# [Exercise directions]
Which of the lines below mention the word "points"? Pull each one out.

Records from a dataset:
===============

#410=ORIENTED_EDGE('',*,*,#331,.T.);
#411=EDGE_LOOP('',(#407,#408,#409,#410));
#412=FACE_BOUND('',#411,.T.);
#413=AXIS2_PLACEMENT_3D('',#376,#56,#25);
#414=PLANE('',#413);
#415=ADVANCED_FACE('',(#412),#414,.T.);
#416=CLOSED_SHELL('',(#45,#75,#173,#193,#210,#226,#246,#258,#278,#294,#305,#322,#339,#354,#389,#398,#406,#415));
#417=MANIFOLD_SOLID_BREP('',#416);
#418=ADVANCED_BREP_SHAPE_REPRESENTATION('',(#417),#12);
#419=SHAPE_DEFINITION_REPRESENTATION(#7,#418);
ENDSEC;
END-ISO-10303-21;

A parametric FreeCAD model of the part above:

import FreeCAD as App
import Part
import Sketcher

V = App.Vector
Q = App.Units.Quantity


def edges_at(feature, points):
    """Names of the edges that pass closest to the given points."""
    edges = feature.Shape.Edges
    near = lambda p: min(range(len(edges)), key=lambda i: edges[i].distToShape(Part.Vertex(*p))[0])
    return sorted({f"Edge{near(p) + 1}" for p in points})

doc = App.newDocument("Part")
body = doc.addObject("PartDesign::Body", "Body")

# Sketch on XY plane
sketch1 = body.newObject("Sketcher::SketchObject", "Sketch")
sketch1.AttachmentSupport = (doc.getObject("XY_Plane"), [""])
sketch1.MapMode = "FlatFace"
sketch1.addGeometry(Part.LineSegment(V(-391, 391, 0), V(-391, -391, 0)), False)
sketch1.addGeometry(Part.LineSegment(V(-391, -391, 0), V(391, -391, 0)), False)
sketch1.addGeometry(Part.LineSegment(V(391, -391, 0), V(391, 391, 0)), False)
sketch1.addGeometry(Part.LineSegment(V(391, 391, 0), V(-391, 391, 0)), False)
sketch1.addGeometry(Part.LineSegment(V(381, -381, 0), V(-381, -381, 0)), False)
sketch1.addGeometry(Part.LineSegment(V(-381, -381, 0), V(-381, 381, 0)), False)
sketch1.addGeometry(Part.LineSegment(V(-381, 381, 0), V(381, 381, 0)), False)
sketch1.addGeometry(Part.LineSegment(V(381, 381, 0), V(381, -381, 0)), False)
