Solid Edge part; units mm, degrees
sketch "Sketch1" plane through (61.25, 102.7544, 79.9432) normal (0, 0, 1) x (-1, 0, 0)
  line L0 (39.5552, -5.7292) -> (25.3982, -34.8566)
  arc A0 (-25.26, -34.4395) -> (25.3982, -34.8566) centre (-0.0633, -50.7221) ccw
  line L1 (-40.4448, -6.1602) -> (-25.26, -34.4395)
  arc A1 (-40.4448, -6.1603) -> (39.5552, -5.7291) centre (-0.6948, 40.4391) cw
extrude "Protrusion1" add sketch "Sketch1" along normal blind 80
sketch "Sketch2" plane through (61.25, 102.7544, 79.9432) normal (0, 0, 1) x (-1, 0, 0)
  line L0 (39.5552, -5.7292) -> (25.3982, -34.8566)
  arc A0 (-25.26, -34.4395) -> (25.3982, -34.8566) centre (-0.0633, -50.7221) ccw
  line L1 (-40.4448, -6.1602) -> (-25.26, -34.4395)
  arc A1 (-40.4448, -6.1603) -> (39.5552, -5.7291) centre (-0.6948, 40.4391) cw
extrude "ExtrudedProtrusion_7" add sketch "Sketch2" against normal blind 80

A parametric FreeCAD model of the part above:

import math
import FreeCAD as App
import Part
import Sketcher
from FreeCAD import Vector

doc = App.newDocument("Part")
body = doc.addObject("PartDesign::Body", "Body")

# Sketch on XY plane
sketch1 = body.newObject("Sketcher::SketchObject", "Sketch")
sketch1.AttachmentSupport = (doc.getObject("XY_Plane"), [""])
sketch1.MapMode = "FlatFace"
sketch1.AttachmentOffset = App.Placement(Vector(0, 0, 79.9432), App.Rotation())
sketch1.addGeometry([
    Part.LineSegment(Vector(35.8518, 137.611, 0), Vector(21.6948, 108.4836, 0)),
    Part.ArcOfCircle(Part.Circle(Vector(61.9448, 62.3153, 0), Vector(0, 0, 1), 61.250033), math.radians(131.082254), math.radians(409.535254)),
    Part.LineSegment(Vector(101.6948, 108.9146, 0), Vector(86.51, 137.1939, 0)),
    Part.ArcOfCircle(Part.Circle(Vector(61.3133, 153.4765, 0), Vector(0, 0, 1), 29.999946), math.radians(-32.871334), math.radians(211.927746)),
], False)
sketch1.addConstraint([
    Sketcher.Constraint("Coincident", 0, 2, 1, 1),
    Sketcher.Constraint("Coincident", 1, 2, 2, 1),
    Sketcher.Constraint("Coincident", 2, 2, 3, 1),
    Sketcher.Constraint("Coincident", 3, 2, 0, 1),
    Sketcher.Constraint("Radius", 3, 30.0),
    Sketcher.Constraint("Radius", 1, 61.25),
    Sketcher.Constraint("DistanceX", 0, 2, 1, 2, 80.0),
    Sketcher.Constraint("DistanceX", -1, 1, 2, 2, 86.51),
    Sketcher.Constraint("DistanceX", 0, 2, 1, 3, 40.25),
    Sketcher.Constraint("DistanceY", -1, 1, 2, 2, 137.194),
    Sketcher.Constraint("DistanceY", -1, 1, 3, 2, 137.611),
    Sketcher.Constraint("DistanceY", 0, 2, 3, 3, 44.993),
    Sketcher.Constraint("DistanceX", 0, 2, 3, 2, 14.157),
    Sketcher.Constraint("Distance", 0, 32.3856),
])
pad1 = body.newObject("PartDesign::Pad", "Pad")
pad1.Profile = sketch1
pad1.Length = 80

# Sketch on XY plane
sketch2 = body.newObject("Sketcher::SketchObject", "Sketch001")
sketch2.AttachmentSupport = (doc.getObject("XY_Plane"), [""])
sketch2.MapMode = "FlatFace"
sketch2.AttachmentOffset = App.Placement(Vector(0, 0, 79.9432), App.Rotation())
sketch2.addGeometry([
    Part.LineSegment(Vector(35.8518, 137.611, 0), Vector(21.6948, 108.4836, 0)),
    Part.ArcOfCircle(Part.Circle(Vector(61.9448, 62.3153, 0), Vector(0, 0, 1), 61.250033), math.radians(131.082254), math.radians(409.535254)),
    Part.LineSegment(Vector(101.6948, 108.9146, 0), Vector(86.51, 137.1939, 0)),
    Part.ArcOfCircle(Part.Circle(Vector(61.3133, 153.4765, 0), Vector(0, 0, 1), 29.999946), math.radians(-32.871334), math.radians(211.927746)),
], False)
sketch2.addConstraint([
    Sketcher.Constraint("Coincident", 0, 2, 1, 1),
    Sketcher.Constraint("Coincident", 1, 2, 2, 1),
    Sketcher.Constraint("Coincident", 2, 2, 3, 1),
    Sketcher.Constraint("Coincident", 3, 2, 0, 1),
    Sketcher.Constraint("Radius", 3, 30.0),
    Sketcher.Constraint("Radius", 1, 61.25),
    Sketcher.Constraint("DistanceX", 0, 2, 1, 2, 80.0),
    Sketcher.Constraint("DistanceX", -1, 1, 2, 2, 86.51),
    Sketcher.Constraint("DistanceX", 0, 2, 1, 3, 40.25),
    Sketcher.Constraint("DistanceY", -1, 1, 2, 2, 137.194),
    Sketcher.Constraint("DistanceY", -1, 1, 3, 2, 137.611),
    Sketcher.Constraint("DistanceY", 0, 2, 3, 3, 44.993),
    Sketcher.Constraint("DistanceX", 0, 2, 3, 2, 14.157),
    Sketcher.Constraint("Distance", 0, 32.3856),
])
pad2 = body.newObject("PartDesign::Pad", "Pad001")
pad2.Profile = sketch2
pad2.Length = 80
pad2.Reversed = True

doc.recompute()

===============

# [Solution to this exercise]
def edges_at(feature, points):
    """Names of the edges that pass closest to the given points."""
    return sorted({f"Edge{near(p) + 1}" for p in points})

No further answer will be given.